Here is a summary of the course, looking as far ahead as seems prudent. This plan is subject to revision. There will be some time at the end for revision of the major themes.
Updated handout. This is ch2 of my unfinished book on Statistical Inference; I have made some improvements on the handout above. The course material is in sections 2.4 and 2.5. There is a fairly complete proof of Stiemke's Theorem in section 2.8.
9 Mar. Chatty introduction. The power of abstraction in maths. Modern maths: the manipulation of symbols according to rules. Probability theory in the abstract. What not to say when someone asks you for a probability.
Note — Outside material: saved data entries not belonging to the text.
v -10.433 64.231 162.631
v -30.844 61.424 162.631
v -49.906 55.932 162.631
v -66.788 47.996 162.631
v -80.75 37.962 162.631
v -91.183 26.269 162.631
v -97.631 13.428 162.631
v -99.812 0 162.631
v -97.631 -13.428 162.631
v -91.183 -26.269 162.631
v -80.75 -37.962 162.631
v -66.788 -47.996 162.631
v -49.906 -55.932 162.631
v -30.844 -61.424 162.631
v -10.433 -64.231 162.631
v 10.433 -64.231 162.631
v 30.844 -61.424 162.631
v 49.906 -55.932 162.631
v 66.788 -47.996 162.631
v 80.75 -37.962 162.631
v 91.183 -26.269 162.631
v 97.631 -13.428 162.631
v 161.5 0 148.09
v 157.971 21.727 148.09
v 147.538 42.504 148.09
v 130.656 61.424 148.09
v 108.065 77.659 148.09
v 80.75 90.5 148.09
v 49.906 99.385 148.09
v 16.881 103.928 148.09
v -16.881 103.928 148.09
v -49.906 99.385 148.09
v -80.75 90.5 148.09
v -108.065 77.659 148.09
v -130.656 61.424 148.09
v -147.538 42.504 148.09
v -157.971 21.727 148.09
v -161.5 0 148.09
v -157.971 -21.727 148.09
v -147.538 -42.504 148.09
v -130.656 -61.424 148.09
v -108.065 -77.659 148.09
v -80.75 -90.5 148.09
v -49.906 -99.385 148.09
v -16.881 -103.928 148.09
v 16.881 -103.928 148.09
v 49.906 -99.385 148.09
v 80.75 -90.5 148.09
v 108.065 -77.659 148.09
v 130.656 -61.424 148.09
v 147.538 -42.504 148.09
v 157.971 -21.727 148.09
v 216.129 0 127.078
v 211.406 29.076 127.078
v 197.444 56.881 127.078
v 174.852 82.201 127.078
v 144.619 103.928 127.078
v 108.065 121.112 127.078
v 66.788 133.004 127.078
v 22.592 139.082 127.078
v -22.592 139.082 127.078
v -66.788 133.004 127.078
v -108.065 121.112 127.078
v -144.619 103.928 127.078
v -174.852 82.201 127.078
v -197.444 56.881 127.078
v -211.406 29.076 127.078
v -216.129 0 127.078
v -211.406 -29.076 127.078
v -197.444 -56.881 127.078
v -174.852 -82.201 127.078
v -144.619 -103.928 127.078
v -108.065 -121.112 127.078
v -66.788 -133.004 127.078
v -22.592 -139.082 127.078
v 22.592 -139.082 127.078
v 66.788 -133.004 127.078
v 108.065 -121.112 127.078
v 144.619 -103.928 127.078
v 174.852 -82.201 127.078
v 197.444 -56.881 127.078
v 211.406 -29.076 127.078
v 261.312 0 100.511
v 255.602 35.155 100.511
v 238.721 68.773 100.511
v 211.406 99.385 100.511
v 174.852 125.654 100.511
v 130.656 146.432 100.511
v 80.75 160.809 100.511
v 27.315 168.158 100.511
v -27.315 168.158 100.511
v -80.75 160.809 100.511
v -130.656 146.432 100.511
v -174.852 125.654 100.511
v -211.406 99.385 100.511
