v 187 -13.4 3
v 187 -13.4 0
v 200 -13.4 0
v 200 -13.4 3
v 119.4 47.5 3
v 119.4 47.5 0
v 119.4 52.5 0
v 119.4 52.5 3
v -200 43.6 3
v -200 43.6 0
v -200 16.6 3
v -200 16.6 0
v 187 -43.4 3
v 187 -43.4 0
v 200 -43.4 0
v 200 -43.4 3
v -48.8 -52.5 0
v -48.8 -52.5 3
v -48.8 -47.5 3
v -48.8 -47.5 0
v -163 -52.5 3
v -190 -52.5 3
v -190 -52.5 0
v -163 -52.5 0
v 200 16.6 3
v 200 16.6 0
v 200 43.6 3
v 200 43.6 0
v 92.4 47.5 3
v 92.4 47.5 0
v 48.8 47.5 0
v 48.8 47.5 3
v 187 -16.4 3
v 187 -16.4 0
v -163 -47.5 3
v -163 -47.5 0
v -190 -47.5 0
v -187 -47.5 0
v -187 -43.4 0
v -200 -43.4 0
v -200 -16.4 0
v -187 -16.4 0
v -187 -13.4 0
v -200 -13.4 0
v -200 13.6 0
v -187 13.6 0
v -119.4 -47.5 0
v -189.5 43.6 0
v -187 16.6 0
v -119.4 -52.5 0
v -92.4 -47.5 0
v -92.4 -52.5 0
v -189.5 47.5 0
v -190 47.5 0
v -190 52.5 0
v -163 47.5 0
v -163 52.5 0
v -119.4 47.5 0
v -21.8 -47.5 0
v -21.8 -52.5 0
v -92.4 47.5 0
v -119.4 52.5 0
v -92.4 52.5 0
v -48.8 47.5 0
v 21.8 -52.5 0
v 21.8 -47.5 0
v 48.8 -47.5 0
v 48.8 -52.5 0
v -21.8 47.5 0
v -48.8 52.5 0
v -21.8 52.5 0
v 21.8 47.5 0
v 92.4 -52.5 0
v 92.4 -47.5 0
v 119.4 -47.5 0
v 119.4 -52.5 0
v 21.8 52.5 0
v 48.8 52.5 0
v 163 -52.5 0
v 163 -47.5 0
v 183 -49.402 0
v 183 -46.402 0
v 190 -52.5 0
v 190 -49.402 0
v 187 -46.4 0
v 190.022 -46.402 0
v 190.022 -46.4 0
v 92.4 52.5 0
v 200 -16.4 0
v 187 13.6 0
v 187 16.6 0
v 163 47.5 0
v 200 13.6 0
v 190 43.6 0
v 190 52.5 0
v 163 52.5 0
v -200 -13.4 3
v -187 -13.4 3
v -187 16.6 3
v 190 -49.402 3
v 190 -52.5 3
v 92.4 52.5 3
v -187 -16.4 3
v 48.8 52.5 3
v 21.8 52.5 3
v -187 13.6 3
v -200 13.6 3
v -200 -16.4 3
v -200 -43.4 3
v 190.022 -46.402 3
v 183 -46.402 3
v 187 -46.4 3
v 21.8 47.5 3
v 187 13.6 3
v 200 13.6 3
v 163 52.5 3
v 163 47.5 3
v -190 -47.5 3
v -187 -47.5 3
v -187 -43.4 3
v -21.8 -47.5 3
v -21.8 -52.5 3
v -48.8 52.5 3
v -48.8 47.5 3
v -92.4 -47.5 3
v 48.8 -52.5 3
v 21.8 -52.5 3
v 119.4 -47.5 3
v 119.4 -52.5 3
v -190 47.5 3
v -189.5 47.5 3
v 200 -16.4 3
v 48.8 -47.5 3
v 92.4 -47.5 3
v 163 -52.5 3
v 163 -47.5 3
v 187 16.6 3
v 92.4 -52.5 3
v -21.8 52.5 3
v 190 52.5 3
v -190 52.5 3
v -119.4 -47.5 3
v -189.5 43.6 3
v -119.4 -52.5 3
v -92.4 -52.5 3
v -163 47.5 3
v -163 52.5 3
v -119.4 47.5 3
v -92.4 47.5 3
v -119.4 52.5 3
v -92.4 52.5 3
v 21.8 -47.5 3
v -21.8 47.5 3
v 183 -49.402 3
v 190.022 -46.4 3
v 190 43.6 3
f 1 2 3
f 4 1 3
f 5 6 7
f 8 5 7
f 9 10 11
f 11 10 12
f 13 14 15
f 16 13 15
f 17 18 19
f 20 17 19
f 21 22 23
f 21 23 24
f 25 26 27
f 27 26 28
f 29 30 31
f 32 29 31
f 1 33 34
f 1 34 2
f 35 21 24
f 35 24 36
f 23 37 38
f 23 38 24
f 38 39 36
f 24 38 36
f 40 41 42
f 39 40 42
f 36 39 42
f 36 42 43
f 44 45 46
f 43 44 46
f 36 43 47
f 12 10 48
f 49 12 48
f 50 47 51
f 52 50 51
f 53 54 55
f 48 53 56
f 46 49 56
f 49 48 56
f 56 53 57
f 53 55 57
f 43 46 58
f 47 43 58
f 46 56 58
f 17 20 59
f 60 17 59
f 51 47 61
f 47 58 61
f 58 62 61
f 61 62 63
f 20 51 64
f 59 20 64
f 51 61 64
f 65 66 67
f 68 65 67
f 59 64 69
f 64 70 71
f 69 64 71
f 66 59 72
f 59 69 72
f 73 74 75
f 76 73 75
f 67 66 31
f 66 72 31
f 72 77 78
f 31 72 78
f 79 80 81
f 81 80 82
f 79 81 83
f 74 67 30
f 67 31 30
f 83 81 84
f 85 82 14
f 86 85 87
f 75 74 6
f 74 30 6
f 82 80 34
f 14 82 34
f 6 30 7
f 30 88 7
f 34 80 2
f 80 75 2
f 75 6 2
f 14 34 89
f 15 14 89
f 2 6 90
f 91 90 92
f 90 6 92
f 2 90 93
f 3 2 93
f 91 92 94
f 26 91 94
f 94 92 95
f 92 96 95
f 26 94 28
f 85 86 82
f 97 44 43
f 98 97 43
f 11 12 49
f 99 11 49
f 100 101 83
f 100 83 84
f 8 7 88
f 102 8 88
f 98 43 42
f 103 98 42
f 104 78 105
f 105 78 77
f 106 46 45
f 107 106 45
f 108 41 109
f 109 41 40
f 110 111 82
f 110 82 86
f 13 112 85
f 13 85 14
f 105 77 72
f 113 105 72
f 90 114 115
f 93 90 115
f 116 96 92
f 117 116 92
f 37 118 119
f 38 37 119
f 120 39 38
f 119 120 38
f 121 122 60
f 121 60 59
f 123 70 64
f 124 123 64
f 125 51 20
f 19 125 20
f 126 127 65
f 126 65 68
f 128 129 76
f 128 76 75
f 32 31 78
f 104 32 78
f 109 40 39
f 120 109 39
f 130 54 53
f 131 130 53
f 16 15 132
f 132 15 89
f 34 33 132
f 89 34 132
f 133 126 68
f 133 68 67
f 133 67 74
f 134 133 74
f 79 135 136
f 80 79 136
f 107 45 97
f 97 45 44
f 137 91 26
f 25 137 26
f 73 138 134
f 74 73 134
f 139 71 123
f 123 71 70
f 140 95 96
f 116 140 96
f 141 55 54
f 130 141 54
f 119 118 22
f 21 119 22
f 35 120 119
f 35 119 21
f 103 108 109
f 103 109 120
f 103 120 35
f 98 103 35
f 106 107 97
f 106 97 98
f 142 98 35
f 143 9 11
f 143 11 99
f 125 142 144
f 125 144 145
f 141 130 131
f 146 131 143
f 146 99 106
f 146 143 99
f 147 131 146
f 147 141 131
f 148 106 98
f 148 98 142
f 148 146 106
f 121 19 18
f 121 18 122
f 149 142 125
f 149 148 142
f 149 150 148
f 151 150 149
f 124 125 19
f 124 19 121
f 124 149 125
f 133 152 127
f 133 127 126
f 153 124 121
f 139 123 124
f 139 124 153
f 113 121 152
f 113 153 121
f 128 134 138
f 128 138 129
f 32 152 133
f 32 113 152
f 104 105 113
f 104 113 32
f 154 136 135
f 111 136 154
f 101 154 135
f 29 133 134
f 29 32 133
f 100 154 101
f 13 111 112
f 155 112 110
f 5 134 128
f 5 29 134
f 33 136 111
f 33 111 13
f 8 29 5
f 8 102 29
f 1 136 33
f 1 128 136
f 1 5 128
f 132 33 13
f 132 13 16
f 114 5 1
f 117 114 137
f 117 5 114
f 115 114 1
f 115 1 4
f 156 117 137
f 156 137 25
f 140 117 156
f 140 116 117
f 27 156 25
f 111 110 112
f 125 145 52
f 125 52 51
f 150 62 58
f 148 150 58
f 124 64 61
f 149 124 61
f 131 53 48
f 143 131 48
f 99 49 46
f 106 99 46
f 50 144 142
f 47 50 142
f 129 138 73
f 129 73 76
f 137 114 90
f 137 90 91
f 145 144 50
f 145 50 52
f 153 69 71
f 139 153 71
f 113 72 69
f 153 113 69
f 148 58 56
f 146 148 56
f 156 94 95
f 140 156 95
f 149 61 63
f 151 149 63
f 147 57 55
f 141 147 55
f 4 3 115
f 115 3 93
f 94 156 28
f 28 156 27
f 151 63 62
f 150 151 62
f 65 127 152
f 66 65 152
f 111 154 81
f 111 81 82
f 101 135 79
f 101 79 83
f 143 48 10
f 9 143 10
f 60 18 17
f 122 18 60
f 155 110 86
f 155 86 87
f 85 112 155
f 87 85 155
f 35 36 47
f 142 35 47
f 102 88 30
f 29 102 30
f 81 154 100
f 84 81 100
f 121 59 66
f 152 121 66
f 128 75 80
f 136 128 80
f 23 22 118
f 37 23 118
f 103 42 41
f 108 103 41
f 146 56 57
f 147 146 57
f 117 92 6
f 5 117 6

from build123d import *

# Parameters (mm, degrees)
BOSS_EXTRUDE1_DEPTH = 3
SKETCH3_W           = 27
SKETCH3_H           = 5
BOSS_EXTRUDE2_DEPTH = 3
SKETCH4_W           = 8
SKETCH4_H           = 3
CUT_EXTRUDE1_DEPTH  = 3
SKETCH5_W           = 5
SKETCH5_H           = 3.9
CUT_EXTRUDE2_DEPTH  = 3
SKETCH6_W           = 5
SKETCH6_H           = 4.739085619
CUT_EXTRUDE3_DEPTH  = 3
SKETCH7_W           = 7
SKETCH7_H           = 3
CUT_EXTRUDE5_DEPTH  = 3
SKETCH8_W           = 4.245961236
SKETCH8_H           = 1.503952676
CUT_EXTRUDE6_DEPTH  = 10


# Read off the part's stored shape, not the designer's step: Boss-Extrude1
with BuildPart() as part:
    # Boss-Extrude1 outline → Boss-Extrude1 (new body)
    with BuildSketch(Plane.XY):
        Polygon((195, -43.4), (200, -43.4), (200, -16.4), (195, -16.4), (195, -13.4), (200, -13.4), (200, 13.6), (195, 13.6), (195, 16.6), (200, 16.6), (200, 43.6), (195, 43.6), (195, 47.5), (190, 47.5), (190, 52.5), (163, 52.5), (163, 47.5), (119.4, 47.5), (119.4, 52.5), (92.4, 52.5), (92.4, 47.5), (48.8, 47.5), (48.8, 52.5), (21.8, 52.5), (21.8, 47.5), (-21.8, 47.5), (-21.8, 52.5), (-48.8, 52.5), (-48.8, 47.5), (-92.4, 47.5), (-92.4, 52.5), (-119.4, 52.5), (-119.4, 47.5), (-163, 47.5), (-163, 52.5), (-190, 52.5), (-190, 47.5), (-189.5, 47.5), (-189.5, 43.6), (-200, 43.6), (-200, 16.6), (-187, 16.6), (-187, 13.6), (-200, 13.6), (-200, -13.4), (-187, -13.4), (-187, -16.4), (-200, -16.4), (-200, -43.4), (-187, -43.4), (-187, -47.5), (195, -47.5), align=None)
    extrude(amount=BOSS_EXTRUDE1_DEPTH)

    # Sketch3 → Boss-Extrude2 (add)
    with BuildSketch(Plane.XY.offset(3)):
        with Locations((-176.5, -50)):
            Rectangle(SKETCH3_W, SKETCH3_H)
        with Locations((-105.9, -50)):
            Rectangle(SKETCH3_W, SKETCH3_H)
        with Locations((-35.3, -50)):
            Rectangle(SKETCH3_W, SKETCH3_H)
        with Locations((35.3, -50)):
            Rectangle(SKETCH3_W, SKETCH3_H)
        with Locations((105.9, -50)):
            Rectangle(SKETCH3_W, SKETCH3_H)
        with Locations((176.5, -50)):
            Rectangle(SKETCH3_W, SKETCH3_H)
    extrude(amount=-BOSS_EXTRUDE2_DEPTH)

    # Sketch4 → Cut-Extrude1 (cut)
    with BuildSketch(Plane.XY.offset(3)):
        with Locations((191, -14.9)):
            Rectangle(SKETCH4_W, SKETCH4_H)
        with Locations((191, 15.1)):
            Rectangle(SKETCH4_W, SKETCH4_H)
        with Locations((191, -44.9)):
            Rectangle(SKETCH4_W, SKETCH4_H)
    extrude(amount=-CUT_EXTRUDE1_DEPTH, mode=Mode.SUBTRACT)

    # Sketch5 → Cut-Extrude2 (cut)
    with BuildSketch(Plane.XY.offset(3)):
        with Locations((192.5, 45.55)):
            Rectangle(SKETCH5_W, SKETCH5_H)
    extrude(amount=-CUT_EXTRUDE2_DEPTH, mode=Mode.SUBTRACT)

    # Sketch6 → Cut-Extrude3 (cut)
    with BuildSketch(Plane.XY.offset(3)):
        with Locations((192.522405585, -47.571722604)):
            Rectangle(SKETCH6_W, SKETCH6_H)
    extrude(amount=-CUT_EXTRUDE3_DEPTH, mode=Mode.SUBTRACT)

    # Sketch7 → Cut-Extrude5 (cut)
    with BuildSketch(Plane.XY.offset(3)):
        with Locations((186.5, -47.902198406)):
            Rectangle(SKETCH7_W, SKETCH7_H)
    extrude(amount=-CUT_EXTRUDE5_DEPTH, mode=Mode.SUBTRACT)

    # Sketch8 → Cut-Extrude6 (cut)
    with BuildSketch(Plane.XY.offset(3)):
        with Locations((189.30979268, -47.154174744)):
            Rectangle(SKETCH8_W, SKETCH8_H)
    extrude(amount=-CUT_EXTRUDE6_DEPTH, mode=Mode.SUBTRACT)


solid = part.part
The need for our probabilities (which are numbers) to have clear meanings that correspond, where possible, to the 'folk' understanding. Transparency, defensibility, in the public arena.
10 Mar. Three questions: (i) what is a probability? (ii) what are its properties? (iii) why these properties and not others? The Laws of Probability, the betting interpretation of probability, which applies to all propositions. Having a betting rate p = Pr(A) indicates a willingness to enter into a contract to gain 1-p if A is true, and to lose p if A is false (and other similar contracts). Coherence: it is irrational to give money to a bookmaker (but not irrational to give money to a charity). Vector inequalities, Stiemke's Theorem.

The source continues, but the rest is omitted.